**Problem description**
What you give back must match the data character for character.

Records from a collection:

###

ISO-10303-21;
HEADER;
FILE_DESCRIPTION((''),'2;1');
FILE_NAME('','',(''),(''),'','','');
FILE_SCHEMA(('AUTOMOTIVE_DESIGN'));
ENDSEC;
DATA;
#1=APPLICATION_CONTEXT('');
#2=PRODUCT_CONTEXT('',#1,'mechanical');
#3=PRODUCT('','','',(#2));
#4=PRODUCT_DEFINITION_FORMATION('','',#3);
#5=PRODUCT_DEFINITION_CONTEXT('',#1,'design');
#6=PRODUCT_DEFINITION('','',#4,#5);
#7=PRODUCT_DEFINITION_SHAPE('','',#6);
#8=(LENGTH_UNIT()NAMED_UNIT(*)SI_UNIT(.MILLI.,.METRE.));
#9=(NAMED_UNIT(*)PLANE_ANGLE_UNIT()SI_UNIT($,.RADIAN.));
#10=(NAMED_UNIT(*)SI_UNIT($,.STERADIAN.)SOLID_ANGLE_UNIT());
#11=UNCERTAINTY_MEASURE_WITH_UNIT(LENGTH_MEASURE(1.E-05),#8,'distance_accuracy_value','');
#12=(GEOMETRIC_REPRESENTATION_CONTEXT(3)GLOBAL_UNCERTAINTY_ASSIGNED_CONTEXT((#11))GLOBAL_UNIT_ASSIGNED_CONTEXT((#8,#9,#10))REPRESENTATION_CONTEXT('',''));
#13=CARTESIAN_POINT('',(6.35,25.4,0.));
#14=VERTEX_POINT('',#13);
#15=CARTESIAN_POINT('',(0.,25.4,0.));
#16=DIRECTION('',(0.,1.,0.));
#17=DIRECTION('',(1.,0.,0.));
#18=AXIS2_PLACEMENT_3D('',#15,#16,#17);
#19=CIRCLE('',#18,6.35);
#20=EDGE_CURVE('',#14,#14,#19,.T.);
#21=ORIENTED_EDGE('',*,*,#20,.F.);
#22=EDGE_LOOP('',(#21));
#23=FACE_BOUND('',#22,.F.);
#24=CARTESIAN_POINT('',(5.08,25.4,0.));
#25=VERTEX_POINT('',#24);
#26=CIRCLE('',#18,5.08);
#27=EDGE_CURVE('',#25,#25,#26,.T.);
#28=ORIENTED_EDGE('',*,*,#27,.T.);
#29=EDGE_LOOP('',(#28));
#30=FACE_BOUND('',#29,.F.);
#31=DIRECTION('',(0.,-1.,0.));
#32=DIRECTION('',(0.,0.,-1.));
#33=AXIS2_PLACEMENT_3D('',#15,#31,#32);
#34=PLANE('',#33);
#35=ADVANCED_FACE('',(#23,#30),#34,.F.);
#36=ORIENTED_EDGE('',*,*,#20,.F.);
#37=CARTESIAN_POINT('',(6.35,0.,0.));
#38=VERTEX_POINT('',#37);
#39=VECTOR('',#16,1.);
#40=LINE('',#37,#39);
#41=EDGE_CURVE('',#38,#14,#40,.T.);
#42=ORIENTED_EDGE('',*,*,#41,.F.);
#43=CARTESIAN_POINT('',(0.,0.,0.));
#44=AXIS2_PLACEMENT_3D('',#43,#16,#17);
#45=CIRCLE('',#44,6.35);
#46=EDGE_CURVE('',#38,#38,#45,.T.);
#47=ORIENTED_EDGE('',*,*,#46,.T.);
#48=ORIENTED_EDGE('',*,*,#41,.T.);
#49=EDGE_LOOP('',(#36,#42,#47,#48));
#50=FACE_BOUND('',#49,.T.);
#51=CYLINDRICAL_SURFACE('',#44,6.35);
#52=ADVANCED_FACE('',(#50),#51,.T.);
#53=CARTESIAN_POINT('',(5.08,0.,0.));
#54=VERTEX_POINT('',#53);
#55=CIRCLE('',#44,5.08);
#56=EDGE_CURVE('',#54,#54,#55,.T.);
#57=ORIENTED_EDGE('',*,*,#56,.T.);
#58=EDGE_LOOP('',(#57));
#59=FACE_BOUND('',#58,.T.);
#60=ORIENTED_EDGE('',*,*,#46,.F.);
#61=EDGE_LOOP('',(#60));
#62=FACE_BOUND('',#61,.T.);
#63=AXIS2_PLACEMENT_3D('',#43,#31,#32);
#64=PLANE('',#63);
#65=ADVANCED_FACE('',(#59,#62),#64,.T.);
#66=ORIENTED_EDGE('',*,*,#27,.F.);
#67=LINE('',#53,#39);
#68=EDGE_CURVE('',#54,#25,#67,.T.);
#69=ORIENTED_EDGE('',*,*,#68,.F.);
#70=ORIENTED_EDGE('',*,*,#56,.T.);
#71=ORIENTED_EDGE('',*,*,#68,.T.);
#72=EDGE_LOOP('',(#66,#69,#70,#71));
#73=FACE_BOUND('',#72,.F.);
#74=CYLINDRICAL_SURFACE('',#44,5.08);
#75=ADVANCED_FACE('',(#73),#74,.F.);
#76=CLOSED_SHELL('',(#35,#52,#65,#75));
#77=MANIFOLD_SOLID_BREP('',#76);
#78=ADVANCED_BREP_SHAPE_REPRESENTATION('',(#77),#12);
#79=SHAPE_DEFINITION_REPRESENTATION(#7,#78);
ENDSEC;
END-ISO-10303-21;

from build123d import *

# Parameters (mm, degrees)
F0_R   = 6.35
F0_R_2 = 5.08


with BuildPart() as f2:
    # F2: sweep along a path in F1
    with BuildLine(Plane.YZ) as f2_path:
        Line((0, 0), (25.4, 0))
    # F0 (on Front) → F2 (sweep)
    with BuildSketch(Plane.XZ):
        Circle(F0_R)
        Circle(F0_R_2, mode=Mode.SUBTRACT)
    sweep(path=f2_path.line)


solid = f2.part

###

**Exercise response**
ISO-10303-21;
HEADER;
FILE_DESCRIPTION((''),'2;1');
FILE_NAME('','',(''),(''),'','','');
FILE_SCHEMA(('AUTOMOTIVE_DESIGN'));
ENDSEC;
DATA;
#1=APPLICATION_CONTEXT('');
#2=PRODUCT_CONTEXT('',#1,'mechanical');
#3=PRODUCT('','','',(#2));
#4=PRODUCT_DEFINITION_FORMATION('','',#3);
#5=PRODUCT_DEFINITION_CONTEXT('',#1,'design');
#6=PRODUCT_DEFINITION('','',#4,#5);
#7=PRODUCT_DEFINITION_SHAPE('','',#6);
#8=(LENGTH_UNIT()NAMED_UNIT(*)SI_UNIT(.MILLI.,.METRE.));
#9=(NAMED_UNIT(*)PLANE_ANGLE_UNIT()SI_UNIT($,.RADIAN.));
#10=(NAMED_UNIT(*)SI_UNIT($,.STERADIAN.)SOLID_ANGLE_UNIT());
#11=UNCERTAINTY_MEASURE_WITH_UNIT(LENGTH_MEASURE(1.E-05),#8,'distance_accuracy_value','');
#12=(GEOMETRIC_REPRESENTATION_CONTEXT(3)GLOBAL_UNCERTAINTY_ASSIGNED_CONTEXT((#11))GLOBAL_UNIT_ASSIGNED_CONTEXT((#8,#9,#10))REPRESENTATION_CONTEXT('',''));
#13=CARTESIAN_POINT('',(6.35,25.4,0.));
#14=VERTEX_POINT('',#13);
#15=CARTESIAN_POINT('',(0.,25.4,0.));
#16=DIRECTION('',(0.,1.,0.));
#17=DIRECTION('',(1.,0.,0.));
#18=AXIS2_PLACEMENT_3D('',#15,#16,#17);
#19=CIRCLE('',#18,6.35);
#20=EDGE_CURVE('',#14,#14,#19,.T.);
#21=ORIENTED_EDGE('',*,*,#20,.F.);
#22=EDGE_LOOP('',(#21));
#23=FACE_BOUND('',#22,.F.);
#24=CARTESIAN_POINT('',(5.08,25.4,0.));
#25=VERTEX_POINT('',#24);
#26=CIRCLE('',#18,5.08);
#27=EDGE_CURVE('',#25,#25,#26,.T.);
#28=ORIENTED_EDGE('',*,*,#27,.T.);
#29=EDGE_LOOP('',(#28));
#30=FACE_BOUND('',#29,.F.);
#31=DIRECTION('',(0.,-1.,0.));
#32=DIRECTION('',(0.,0.,-1.));
#33=AXIS2_PLACEMENT_3D('',#15,#31,#32);
#34=PLANE('',#33);
#35=ADVANCED_FACE('',(#23,#30),#34,.F.);
#36=ORIENTED_EDGE('',*,*,#20,.F.);
#37=CARTESIAN_POINT('',(6.35,0.,0.));
#38=VERTEX_POINT('',#37);
#39=VECTOR('',#16,1.);
#40=LINE('',#37,#39);
#41=EDGE_CURVE('',#38,#14,#40,.T.);
#42=ORIENTED_EDGE('',*,*,#41,.F.);
#43=CARTESIAN_POINT('',(0.,0.,0.));
#44=AXIS2_PLACEMENT_3D('',#43,#16,#17);
#45=CIRCLE('',#44,6.35);
#46=EDGE_CURVE('',#38,#38,#45,.T.);
#47=ORIENTED_EDGE('',*,*,#46,.T.);
#48=ORIENTED_EDGE('',*,*,#41,.T.);
#49=EDGE_LOOP('',(#36,#42,#47,#48));
#50=FACE_BOUND('',#49,.T.);
#51=CYLINDRICAL_SURFACE('',#44,6.35);
#52=ADVANCED_FACE('',(#50),#51,.T.);
#53=CARTESIAN_POINT('',(5.08,0.,0.));
#54=VERTEX_POINT('',#53);
#55=CIRCLE('',#44,5.08);
#56=EDGE_CURVE('',#54,#54,#55,.T.);
#57=ORIENTED_EDGE('',*,*,#56,.T.);
#58=EDGE_LOOP('',(#57));
#59=FACE_BOUND('',#58,.T.);
#60=ORIENTED_EDGE('',*,*,#46,.F.);
#61=EDGE_LOOP('',(#60));
#62=FACE_BOUND('',#61,.T.);
#63=AXIS2_PLACEMENT_3D('',#43,#31,#32);
#64=PLANE('',#63);
#65=ADVANCED_FACE('',(#59,#62),#64,.T.);
#66=ORIENTED_EDGE('',*,*,#27,.F.);
#67=LINE('',#53,#39);
#68=EDGE_CURVE('',#54,#25,#67,.T.);
#69=ORIENTED_EDGE('',*,*,#68,.F.);
#70=ORIENTED_EDGE('',*,*,#56,.T.);
#71=ORIENTED_EDGE('',*,*,#68,.T.);
#72=EDGE_LOOP('',(#66,#69,#70,#71));
#73=FACE_BOUND('',#72,.F.);
#74=CYLINDRICAL_SURFACE('',#44,5.08);
#75=ADVANCED_FACE('',(#73),#74,.F.);
#76=CLOSED_SHELL('',(#35,#52,#65,#75));
#77=MANIFOLD_SOLID_BREP('',#76);
#78=ADVANCED_BREP_SHAPE_REPRESENTATION('',(#77),#12);
#79=SHAPE_DEFINITION_REPRESENTATION(#7,#78);
ENDSEC;
END-ISO-10303-21;

from build123d import *

# Parameters (mm, degrees)
F0_R   = 6.35
F0_R_2 = 5.08


with BuildPart() as f2:
    # F2: sweep along a path in F1
    with BuildLine(Plane.YZ) as f2_path:
        Line((0, 0), (25.4, 0))
    # F0 (on Front) → F2 (sweep)
    with BuildSketch(Plane.XZ):
        Circle(F0_R)
        Circle(F0_R_2, mode=Mode.SUBTRACT)
    sweep(path=f2_path.line)


solid = f2.part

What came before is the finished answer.